Odahara M, Masuda Y, Sato M, Wakazaki M, Harada C, Toyooka K, Sekine Y - PLoS Genet. (2015)

Bottom Line: This result suggests that mitochondrial genomic instability is responsible for the defective phenotypes of RECG KO plants.Such loci were sometimes associated with a decrease in the levels of normal mtDNA and significant decrease in the number of transcripts derived from the loci.These results suggest that RECG plays a role in the maintenance of both plastid and mitochondrial genome stability by suppressing aberrant recombination between dispersed short repeats; this role is crucial for plastid and mitochondrial functions.

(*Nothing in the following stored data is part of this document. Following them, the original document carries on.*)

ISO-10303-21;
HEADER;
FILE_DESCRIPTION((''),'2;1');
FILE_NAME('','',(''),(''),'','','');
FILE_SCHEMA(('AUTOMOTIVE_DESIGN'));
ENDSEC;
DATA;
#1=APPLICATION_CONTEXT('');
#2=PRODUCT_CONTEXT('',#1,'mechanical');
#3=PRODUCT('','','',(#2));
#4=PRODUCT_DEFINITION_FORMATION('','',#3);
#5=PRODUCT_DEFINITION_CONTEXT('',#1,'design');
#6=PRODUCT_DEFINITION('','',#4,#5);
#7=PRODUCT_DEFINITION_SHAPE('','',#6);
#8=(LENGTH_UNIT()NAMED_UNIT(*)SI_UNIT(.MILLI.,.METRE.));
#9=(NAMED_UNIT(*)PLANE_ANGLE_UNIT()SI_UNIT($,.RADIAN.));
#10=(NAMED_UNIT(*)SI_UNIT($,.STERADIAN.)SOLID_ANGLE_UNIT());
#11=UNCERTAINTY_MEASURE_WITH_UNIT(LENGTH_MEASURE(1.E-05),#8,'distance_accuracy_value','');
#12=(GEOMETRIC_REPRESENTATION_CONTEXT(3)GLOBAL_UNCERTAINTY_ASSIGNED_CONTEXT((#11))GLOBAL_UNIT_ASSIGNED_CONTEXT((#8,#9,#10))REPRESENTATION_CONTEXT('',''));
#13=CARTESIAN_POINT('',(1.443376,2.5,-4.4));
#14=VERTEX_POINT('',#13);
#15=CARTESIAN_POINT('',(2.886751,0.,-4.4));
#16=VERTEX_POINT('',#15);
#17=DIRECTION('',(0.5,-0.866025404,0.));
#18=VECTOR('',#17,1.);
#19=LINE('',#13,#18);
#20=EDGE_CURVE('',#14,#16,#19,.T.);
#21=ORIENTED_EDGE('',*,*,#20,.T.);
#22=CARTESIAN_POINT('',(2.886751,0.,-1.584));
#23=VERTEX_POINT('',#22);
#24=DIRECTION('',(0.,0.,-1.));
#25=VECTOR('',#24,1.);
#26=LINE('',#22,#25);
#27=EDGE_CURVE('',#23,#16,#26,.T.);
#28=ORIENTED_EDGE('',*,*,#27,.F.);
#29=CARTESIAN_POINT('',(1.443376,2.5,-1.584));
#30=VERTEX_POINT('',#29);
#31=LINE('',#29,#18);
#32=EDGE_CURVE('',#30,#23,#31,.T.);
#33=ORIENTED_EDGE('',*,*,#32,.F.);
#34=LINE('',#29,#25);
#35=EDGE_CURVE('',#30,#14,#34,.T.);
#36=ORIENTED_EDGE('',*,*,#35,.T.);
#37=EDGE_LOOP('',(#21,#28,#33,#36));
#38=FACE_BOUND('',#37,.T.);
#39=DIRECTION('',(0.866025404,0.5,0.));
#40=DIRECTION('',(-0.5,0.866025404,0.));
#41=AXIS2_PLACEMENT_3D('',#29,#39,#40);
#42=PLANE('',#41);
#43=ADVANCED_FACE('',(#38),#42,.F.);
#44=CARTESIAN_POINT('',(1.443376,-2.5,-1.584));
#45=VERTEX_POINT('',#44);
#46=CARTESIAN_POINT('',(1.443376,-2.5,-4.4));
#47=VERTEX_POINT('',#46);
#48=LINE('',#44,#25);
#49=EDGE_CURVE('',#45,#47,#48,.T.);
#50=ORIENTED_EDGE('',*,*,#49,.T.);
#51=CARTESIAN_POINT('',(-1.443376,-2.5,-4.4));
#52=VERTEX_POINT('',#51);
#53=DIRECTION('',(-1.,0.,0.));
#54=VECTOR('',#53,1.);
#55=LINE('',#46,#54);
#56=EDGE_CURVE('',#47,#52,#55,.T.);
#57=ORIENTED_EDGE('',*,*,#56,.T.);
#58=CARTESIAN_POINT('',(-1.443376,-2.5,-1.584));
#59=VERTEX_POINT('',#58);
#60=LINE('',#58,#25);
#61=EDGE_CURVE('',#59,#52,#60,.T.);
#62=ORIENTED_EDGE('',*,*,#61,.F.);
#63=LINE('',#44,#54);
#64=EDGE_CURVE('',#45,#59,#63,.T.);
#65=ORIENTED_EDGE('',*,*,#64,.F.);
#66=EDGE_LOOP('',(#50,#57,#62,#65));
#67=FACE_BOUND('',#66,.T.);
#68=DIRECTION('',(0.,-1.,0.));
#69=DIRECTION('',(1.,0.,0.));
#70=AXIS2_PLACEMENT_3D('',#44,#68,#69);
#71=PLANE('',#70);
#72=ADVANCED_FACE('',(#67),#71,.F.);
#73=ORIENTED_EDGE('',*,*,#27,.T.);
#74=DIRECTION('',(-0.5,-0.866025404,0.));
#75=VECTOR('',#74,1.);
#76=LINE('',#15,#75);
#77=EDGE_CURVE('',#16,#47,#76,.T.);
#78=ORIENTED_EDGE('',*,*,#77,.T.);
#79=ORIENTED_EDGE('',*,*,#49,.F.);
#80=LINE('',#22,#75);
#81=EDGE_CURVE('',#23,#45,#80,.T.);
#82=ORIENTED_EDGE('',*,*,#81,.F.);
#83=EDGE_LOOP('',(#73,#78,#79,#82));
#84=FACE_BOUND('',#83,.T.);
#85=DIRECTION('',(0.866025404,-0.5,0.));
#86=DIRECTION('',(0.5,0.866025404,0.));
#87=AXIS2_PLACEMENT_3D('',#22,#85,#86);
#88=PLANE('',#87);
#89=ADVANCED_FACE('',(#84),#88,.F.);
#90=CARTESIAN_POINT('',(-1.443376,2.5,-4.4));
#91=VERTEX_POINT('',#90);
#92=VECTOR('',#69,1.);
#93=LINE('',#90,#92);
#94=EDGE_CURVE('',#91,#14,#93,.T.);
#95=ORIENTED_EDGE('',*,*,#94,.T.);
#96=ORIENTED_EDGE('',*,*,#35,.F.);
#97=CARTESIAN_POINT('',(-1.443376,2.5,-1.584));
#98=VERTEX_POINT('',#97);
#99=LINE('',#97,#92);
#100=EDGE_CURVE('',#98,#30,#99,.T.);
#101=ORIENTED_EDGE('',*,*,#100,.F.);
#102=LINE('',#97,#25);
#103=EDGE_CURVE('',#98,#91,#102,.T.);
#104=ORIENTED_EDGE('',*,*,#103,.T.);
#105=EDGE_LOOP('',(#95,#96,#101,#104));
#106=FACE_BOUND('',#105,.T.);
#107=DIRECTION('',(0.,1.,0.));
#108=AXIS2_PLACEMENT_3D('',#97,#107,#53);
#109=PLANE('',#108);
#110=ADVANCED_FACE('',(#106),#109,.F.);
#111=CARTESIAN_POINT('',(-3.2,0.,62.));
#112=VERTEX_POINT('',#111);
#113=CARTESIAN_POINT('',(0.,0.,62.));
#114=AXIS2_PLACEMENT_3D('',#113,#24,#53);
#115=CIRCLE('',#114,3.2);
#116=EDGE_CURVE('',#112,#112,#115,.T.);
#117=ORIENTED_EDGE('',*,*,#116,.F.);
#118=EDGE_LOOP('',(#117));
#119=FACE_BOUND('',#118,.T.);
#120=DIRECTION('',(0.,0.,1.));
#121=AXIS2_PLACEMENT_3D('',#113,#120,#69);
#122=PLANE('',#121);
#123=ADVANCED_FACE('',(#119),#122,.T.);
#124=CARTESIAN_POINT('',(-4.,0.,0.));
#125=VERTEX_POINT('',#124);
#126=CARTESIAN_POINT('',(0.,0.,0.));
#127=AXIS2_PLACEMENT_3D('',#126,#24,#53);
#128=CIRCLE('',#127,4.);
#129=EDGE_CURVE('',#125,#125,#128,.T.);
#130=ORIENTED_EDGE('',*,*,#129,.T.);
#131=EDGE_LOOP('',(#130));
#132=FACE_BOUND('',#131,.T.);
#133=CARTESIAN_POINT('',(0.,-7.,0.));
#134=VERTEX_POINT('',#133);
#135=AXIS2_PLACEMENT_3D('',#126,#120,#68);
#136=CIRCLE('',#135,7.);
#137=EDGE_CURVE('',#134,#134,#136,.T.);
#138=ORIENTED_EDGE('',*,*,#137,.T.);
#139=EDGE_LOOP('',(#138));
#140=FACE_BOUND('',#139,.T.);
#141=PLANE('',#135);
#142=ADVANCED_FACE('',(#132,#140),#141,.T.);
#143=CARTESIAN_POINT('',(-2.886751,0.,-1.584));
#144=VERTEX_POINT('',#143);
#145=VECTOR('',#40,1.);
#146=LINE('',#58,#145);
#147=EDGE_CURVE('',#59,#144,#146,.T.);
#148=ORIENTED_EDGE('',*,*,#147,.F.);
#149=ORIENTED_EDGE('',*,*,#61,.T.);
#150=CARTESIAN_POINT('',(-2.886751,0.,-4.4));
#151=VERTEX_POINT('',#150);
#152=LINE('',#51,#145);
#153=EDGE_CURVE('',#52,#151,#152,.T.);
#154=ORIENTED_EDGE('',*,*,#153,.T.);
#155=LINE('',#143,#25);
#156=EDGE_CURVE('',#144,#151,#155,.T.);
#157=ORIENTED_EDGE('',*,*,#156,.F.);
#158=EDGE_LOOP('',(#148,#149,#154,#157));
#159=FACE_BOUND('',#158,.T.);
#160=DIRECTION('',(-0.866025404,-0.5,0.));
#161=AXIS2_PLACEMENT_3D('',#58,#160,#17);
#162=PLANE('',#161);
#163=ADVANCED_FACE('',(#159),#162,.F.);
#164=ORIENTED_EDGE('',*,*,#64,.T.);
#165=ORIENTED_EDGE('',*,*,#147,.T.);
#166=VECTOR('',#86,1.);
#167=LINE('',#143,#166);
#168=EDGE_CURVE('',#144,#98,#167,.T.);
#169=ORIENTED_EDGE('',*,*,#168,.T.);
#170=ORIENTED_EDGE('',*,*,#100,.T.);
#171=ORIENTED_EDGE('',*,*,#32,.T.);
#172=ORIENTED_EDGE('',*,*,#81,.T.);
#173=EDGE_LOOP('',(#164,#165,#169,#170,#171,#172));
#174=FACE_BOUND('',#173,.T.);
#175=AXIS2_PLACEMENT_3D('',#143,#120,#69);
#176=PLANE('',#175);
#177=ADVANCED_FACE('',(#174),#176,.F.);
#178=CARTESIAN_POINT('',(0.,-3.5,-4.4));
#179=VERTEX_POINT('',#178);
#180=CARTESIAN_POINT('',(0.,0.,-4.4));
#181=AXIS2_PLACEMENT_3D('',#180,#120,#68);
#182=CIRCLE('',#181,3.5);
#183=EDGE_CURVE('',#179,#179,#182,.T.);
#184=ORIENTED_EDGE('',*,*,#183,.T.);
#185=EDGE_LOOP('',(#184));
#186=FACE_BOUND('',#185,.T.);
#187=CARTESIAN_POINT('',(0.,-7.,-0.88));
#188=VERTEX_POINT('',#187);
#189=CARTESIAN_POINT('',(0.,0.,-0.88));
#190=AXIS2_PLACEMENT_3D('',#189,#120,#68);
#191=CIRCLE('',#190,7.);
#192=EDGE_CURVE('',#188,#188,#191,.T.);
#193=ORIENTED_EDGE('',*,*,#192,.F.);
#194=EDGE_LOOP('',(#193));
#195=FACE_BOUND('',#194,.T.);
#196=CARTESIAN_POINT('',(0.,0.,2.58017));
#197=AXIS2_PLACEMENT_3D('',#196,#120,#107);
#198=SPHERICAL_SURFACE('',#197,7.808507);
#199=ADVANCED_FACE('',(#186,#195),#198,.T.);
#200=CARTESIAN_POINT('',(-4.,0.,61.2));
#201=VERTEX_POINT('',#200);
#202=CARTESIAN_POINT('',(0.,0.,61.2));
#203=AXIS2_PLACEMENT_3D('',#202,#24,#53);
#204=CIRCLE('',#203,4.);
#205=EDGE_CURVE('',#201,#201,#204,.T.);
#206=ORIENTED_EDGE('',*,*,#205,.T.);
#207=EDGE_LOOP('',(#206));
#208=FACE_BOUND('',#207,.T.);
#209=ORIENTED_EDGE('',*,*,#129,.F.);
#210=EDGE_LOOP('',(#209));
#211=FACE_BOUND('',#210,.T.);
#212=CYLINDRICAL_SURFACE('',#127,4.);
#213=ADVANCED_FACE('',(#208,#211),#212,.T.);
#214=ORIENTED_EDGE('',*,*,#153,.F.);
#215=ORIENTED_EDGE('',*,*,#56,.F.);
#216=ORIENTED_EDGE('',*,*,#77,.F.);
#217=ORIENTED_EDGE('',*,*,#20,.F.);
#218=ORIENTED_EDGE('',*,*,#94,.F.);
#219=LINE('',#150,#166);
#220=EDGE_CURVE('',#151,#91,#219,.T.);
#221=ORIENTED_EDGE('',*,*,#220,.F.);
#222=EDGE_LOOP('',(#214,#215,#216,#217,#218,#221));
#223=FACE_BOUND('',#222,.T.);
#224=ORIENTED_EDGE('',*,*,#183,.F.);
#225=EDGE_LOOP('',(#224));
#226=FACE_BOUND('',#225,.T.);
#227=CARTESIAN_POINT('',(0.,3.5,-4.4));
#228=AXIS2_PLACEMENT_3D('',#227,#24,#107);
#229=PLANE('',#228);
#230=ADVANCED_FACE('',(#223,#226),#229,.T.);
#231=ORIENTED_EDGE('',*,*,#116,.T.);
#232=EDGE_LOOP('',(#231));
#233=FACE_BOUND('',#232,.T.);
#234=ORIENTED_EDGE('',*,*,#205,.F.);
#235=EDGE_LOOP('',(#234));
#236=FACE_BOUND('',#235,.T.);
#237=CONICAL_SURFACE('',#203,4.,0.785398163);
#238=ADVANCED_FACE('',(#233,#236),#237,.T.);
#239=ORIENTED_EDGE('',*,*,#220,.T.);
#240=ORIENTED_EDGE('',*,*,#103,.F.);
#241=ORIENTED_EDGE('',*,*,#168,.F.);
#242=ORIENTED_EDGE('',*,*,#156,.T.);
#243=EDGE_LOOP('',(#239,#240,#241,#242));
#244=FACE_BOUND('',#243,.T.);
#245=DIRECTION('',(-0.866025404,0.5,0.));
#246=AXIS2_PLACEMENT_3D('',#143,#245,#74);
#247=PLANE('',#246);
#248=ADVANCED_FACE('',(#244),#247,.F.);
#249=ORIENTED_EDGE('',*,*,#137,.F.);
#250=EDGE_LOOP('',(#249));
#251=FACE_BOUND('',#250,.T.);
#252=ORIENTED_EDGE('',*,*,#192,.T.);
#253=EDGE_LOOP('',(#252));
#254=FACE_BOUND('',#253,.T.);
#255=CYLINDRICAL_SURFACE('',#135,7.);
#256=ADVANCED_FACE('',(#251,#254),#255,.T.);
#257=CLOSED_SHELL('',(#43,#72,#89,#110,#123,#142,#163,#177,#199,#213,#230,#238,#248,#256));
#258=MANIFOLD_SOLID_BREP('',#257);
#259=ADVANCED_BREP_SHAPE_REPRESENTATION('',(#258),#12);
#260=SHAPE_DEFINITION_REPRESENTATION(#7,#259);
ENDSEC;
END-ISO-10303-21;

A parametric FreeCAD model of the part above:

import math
import FreeCAD as App
import Part
import Sketcher

V = App.Vector
Q = App.Units.Quantity

doc = App.newDocument("Part")
body = doc.addObject("PartDesign::Body", "Body")

sketch1 = body.newObject("Sketcher::SketchObject", "Sketch")
sketch1.AttachmentSupport = (doc.getObject("YZ_Plane"), [""])
sketch1.MapMode = "FlatFace"
sketch1.addGeometry(Part.LineSegment(V(4, 61.2, 0), V(3.2, 62, 0)), False)
sketch1.addGeometry(Part.LineSegment(V(3.2, 62, 0), V(0, 62, 0)), False)
sketch1.addGeometry(Part.LineSegment(V(0, 62, 0), V(0, 0, 0)), False)
sketch1.addGeometry(Part.LineSegment(V(0, 0, 0), V(4, 0, 0)), False)
sketch1.addGeometry(Part.LineSegment(V(4, 0, 0), V(4, 61.2, 0)), False)
sketch1.addConstraint(Sketcher.Constraint("Coincident", 0, 2, 1, 1))
sketch1.addConstraint(Sketcher.Constraint("Coincident", 1, 2, 2, 1))
sketch1.addConstraint(Sketcher.Constraint("Coincident", 2, 2, 3, 1))
sketch1.addConstraint(Sketcher.Constraint("Coincident", 3, 2, 4, 1))
sketch1.addConstraint(Sketcher.Constraint("Coincident", 4, 2, 0, 1))
sketch1.addConstraint(Sketcher.Constraint("Horizontal", 1))
sketch1.addConstraint(Sketcher.Constraint("Vertical", 2))
sketch1.addConstraint(Sketcher.Constraint("Horizontal", 3))
sketch1.addConstraint(Sketcher.Constraint("Vertical", 4))
sketch1.addConstraint(Sketcher.Constraint("Coincident", 2, 2, -1, 1))
sketch1.addConstraint(Sketcher.Constraint("DistanceX", 3, 1, 3, 2, 4.0))
sketch1.addConstraint(Sketcher.Constraint("DistanceY", 2, 2, 2, 1, 62.0))
sketch1.addConstraint(Sketcher.Constraint("Angle", 0, Q("135 deg")))
sketch1.addConstraint(Sketcher.Constraint("DistanceX", 1, 2, 1, 1, 3.2))
revolution = body.newObject("PartDesign::Revolution", "Revolution")
revolution.Profile = sketch1
revolution.ReferenceAxis = (sketch1, ["V_Axis"])
revolution.Angle = 360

View Article: PubMed Central - PubMed

Affiliation: Department of Life Science, College of Science, Rikkyo (St. Paul's) University, Toshima-ku, Tokyo, Japan.

ABSTRACT
Maintenance of plastid and mitochondrial genome stability is crucial for photosynthesis and respiration, respectively. Recently, we have reported that RECA1 maintains mitochondrial genome stability by suppressing gross rearrangements induced by aberrant recombination between short dispersed repeats in the moss Physcomitrella patens. In this study, we studied a newly identified P. patens homolog of bacterial RecG helicase, RECG, some of which is localized in both plastid and mitochondrial nucleoids. RECG partially complements recG deficiency in Escherichia coli cells. A knockout (KO) mutation of RECG caused characteristic phenotypes including growth delay and developmental and mitochondrial defects, which are similar to those of the RECA1 KO mutant. The RECG KO cells showed heterogeneity in these phenotypes. Analyses of RECG KO plants showed that mitochondrial genome was destabilized due to a recombination between 8-79 bp repeats and the pattern of the recombination partly differed from that observed in the RECA1 KO mutants. The mitochondrial DNA (mtDNA) instability was greater in severe phenotypic RECG KO cells than that in mild phenotypic ones. This result suggests that mitochondrial genomic instability is responsible for the defective phenotypes of RECG KO plants. Some of the induced recombination caused efficient genomic rearrangements in RECG KO mitochondria. Such loci were sometimes associated with a decrease in the levels of normal mtDNA and significant decrease in the number of transcripts derived from the loci. In addition, the RECG KO mutation caused remarkable plastid abnormalities and induced recombination between short repeats (12-63 bp) in the plastid DNA. These results suggest that RECG plays a role in the maintenance of both plastid and mitochondrial genome stability by suppressing aberrant recombination between dispersed short repeats; this role is crucial for plastid and mitochondrial functions.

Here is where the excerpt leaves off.